PROBLEM TO WORK ON: Check each line of the data, and copy those where "ThreePointArc" appears.

(Beginning of DATA SHOWN)

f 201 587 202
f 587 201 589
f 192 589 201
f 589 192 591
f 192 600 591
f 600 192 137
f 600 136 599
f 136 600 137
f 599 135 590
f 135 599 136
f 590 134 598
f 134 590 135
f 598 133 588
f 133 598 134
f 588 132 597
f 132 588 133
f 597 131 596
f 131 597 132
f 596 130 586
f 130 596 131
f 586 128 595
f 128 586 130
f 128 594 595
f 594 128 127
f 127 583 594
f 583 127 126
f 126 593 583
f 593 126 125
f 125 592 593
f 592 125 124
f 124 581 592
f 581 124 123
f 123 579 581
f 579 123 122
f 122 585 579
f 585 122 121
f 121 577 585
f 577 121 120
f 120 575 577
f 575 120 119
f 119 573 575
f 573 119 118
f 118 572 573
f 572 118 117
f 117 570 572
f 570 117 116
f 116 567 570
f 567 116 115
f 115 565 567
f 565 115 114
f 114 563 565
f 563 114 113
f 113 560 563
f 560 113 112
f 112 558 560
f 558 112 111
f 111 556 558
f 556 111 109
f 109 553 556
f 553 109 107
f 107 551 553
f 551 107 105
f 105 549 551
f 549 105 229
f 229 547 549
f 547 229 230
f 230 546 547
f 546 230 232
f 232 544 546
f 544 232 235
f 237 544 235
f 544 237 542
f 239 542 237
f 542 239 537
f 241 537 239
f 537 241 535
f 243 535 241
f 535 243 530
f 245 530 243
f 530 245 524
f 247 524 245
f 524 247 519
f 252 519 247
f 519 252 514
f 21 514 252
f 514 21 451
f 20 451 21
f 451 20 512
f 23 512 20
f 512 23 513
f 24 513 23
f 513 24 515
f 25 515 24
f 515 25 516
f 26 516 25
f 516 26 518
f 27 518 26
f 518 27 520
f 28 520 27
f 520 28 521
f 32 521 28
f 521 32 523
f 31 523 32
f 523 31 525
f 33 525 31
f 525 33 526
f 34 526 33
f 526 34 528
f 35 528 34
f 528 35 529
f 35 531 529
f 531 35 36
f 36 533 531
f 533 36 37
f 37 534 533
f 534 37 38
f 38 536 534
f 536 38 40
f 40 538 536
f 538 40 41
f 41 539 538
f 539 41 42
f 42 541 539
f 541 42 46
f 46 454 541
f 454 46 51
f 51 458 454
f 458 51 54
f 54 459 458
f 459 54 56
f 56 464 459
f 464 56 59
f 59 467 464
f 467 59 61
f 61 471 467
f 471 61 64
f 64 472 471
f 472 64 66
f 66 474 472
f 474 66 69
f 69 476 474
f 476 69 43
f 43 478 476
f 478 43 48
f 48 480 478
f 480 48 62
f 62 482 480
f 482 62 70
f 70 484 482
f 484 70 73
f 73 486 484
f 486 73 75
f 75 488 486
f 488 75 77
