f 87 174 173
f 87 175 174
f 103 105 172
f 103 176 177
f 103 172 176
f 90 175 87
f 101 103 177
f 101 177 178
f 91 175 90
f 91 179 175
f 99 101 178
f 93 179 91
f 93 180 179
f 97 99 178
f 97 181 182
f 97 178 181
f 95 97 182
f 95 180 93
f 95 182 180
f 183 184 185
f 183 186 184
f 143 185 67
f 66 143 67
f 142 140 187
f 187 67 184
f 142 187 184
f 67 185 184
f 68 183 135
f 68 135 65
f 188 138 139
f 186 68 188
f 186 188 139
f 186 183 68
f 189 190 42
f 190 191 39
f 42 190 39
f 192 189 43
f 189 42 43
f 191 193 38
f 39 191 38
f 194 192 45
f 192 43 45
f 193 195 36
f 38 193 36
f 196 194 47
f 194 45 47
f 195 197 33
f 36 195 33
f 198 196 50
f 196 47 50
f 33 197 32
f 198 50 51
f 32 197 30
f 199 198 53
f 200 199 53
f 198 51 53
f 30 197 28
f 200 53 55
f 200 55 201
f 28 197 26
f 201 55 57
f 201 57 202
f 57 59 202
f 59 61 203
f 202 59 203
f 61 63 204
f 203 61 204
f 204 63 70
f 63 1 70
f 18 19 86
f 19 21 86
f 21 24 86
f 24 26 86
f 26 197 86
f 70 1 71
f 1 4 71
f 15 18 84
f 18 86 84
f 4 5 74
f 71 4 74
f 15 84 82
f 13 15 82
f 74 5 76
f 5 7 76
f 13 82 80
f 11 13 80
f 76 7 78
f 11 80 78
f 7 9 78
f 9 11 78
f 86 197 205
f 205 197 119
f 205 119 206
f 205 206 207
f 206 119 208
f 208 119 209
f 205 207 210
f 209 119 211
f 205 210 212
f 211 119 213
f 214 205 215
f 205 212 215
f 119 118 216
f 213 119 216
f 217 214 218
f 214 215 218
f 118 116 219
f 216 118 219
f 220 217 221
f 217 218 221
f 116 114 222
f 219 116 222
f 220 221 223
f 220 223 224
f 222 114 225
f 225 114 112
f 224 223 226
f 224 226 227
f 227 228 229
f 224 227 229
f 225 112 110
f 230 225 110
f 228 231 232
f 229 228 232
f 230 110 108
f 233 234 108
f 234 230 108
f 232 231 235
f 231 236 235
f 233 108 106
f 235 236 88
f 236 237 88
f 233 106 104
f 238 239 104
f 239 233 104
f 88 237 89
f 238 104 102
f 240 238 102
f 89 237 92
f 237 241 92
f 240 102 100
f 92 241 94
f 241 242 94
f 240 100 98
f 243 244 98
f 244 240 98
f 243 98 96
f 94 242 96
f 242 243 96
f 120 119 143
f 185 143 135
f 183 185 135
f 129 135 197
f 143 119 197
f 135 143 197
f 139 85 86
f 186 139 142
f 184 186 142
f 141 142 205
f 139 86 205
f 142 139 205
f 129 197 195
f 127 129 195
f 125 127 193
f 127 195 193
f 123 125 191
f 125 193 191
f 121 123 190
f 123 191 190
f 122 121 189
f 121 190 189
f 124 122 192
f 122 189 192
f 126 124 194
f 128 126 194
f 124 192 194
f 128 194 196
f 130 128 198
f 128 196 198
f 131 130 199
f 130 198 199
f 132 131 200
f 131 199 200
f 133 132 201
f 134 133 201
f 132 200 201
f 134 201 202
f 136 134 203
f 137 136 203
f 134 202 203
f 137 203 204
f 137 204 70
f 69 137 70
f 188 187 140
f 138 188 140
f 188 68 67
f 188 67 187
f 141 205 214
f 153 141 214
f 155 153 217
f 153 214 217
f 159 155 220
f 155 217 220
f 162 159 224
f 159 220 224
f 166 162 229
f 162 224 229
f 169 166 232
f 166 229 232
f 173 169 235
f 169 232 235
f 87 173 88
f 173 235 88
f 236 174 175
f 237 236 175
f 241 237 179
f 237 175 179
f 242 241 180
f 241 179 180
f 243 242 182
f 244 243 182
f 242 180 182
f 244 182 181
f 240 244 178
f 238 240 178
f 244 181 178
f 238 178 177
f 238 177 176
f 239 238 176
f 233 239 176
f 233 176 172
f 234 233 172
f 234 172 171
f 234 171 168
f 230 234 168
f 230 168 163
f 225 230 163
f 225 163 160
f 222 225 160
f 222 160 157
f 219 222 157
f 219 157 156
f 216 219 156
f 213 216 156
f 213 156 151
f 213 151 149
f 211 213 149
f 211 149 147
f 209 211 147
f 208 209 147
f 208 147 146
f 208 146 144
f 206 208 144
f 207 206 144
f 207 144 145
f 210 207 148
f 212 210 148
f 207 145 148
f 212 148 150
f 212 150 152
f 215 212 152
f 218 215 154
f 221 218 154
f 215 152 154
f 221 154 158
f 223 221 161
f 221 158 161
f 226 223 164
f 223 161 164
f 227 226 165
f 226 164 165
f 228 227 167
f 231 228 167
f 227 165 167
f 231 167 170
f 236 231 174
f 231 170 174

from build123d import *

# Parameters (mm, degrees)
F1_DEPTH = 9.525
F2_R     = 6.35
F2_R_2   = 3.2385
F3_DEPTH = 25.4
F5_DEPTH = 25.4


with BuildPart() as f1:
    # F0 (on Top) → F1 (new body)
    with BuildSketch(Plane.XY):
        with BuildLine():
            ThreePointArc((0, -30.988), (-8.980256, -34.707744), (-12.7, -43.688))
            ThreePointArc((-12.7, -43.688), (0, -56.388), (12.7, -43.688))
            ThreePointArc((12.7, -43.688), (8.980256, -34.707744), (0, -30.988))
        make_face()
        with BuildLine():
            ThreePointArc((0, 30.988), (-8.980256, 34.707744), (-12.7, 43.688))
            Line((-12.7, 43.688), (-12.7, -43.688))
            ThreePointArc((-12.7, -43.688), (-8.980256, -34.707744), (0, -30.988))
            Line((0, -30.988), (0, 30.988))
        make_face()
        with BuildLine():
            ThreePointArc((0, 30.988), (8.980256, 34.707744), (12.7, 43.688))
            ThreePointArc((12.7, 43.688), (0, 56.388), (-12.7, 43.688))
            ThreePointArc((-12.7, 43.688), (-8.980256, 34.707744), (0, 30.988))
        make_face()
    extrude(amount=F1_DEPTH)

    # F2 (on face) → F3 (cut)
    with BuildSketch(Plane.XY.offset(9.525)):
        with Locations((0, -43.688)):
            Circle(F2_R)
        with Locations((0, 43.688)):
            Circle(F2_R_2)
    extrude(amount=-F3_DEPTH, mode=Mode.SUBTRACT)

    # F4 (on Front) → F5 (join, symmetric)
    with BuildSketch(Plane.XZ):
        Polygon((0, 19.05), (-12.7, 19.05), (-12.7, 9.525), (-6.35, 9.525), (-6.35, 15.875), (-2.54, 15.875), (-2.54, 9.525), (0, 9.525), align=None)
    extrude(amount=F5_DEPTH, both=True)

(End of DATA SHOWN)
(Beginning of DATA SHOWN)

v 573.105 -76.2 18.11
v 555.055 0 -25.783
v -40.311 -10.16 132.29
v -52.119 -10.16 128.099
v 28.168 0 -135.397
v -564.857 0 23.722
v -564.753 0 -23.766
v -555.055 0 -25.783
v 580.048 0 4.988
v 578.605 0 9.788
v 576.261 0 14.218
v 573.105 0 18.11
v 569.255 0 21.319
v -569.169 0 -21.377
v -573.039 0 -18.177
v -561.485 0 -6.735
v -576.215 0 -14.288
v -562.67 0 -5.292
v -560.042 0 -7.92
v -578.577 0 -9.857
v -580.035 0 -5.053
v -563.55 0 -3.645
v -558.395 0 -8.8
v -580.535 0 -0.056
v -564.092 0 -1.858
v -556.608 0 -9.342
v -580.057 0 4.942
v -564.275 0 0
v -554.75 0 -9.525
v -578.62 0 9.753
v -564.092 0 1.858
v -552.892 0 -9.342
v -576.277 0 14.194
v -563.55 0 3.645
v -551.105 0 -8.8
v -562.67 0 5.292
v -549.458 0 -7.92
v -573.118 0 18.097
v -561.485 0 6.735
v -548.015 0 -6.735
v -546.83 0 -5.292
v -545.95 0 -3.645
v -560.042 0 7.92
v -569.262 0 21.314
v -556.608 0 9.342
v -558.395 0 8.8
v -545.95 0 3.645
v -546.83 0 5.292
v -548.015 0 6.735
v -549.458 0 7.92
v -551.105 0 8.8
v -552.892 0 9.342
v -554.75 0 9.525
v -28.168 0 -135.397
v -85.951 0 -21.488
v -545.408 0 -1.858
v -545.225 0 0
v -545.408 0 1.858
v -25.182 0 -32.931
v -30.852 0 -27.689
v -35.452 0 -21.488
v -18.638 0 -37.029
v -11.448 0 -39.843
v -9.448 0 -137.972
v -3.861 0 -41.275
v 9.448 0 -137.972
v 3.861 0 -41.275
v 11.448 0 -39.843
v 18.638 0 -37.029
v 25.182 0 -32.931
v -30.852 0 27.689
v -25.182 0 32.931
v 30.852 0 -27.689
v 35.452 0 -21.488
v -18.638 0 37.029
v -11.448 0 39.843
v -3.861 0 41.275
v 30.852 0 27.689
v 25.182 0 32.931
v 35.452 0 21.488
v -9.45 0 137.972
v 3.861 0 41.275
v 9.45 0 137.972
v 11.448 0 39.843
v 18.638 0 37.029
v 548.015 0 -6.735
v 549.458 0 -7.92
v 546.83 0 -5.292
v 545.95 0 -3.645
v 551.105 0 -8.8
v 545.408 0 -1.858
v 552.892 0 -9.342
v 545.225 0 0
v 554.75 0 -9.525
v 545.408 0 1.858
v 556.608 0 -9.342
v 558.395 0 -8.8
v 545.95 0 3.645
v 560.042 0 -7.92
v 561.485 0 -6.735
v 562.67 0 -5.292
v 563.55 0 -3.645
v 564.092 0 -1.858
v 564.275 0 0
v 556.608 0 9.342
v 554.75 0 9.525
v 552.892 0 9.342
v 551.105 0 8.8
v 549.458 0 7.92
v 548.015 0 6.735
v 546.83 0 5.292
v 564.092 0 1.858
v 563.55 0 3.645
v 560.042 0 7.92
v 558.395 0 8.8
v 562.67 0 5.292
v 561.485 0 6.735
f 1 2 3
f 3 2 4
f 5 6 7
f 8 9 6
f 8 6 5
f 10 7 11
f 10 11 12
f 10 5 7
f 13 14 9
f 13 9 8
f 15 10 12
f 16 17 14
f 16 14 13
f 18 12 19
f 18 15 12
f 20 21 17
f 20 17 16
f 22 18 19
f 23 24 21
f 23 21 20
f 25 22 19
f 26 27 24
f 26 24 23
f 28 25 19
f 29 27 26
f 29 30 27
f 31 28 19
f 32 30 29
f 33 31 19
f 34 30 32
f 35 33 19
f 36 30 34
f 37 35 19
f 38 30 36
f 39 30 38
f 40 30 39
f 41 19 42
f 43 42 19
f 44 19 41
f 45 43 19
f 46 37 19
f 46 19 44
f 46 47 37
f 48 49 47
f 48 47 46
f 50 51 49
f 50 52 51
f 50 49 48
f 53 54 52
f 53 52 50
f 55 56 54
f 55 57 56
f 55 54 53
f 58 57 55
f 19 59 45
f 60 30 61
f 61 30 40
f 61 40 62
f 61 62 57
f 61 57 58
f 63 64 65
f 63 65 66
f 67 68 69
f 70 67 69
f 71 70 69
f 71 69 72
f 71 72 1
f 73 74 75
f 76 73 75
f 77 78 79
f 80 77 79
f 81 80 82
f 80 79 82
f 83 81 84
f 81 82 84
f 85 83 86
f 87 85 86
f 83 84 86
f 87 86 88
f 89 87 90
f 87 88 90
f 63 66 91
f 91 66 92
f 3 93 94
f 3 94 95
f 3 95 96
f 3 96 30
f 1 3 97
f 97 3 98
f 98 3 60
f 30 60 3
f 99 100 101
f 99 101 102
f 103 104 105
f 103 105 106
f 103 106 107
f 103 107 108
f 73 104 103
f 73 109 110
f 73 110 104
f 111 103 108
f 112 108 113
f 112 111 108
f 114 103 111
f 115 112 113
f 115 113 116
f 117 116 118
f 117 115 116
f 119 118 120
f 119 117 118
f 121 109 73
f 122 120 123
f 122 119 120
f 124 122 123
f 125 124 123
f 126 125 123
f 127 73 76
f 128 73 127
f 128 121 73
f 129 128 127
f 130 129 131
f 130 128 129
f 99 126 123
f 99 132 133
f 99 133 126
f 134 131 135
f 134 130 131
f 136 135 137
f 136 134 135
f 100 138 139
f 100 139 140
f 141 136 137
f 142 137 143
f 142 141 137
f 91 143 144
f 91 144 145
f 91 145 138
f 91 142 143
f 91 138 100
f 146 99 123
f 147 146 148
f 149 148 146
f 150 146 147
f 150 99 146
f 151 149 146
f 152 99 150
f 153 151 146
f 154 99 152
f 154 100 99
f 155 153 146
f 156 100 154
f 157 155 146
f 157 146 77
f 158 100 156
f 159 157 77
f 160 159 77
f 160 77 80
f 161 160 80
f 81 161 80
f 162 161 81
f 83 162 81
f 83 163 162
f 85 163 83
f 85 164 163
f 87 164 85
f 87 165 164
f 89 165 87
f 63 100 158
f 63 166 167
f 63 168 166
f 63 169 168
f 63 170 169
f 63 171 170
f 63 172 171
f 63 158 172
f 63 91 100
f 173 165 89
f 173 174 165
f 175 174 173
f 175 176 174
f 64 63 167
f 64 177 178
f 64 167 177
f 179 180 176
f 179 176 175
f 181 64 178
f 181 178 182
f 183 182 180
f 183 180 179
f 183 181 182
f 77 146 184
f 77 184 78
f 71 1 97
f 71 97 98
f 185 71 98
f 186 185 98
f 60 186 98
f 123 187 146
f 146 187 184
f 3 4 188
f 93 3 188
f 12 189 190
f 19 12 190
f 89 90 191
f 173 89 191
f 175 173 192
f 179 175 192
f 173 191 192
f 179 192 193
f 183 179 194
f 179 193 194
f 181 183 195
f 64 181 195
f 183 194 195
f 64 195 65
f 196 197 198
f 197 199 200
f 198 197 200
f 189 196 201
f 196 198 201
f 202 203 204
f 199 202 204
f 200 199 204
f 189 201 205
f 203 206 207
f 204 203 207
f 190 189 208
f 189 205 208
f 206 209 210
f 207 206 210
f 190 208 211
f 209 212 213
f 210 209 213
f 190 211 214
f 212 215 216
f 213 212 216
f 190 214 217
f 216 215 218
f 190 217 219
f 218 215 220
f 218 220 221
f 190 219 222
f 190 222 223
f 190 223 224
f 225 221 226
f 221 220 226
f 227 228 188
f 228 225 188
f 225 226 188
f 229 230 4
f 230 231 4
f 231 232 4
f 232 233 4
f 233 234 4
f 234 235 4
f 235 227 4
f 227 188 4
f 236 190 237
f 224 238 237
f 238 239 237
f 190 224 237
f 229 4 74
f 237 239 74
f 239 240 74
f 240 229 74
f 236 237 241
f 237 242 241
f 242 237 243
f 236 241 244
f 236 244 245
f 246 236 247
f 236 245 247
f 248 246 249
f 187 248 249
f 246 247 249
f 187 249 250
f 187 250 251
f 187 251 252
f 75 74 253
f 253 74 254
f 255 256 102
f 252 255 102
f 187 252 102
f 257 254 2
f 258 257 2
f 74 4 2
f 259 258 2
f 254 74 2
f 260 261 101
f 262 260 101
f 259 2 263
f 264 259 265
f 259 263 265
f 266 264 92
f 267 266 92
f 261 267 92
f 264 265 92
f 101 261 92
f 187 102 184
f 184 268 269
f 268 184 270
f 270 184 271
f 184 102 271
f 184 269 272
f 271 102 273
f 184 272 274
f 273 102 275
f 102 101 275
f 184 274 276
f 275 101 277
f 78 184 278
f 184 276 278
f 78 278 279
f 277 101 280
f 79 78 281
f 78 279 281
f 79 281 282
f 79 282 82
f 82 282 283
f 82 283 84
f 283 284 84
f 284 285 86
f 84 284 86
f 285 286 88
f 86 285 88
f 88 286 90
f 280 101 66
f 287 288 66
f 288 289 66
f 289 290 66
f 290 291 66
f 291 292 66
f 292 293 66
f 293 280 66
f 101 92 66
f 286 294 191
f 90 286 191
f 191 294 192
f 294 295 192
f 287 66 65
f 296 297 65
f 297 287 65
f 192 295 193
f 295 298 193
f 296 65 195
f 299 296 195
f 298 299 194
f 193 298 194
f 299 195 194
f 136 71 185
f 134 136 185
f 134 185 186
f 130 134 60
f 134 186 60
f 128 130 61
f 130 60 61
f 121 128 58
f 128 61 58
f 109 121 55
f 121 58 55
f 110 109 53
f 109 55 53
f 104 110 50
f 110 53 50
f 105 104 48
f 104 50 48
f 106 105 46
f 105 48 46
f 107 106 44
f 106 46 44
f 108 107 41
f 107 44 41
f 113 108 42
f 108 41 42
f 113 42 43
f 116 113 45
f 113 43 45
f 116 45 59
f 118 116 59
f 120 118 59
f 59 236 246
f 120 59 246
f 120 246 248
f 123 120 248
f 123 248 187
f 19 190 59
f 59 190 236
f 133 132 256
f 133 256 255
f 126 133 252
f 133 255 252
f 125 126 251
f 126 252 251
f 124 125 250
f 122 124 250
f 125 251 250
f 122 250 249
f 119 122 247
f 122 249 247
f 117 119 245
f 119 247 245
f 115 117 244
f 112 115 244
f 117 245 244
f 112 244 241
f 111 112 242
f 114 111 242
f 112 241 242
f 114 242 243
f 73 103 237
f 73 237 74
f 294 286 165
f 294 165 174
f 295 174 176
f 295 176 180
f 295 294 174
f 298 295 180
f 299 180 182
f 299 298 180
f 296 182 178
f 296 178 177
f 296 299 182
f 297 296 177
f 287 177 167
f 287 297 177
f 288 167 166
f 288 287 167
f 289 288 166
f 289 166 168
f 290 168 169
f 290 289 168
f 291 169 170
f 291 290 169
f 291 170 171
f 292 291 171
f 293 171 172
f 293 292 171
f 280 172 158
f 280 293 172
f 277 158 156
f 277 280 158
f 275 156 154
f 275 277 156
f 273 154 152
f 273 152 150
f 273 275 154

(End of DATA SHOWN)

ANSWER FOR THE TASK:
            ThreePointArc((0, -30.988), (-8.980256, -34.707744), (-12.7, -43.688))
            ThreePointArc((-12.7, -43.688), (0, -56.388), (12.7, -43.688))
            ThreePointArc((12.7, -43.688), (8.980256, -34.707744), (0, -30.988))
            ThreePointArc((0, 30.988), (-8.980256, 34.707744), (-12.7, 43.688))
            ThreePointArc((-12.7, -43.688), (-8.980256, -34.707744), (0, -30.988))
            ThreePointArc((0, 30.988), (8.980256, 34.707744), (12.7, 43.688))
            ThreePointArc((12.7, 43.688), (0, 56.388), (-12.7, 43.688))
            ThreePointArc((-12.7, 43.688), (-8.980256, 34.707744), (0, 30.988))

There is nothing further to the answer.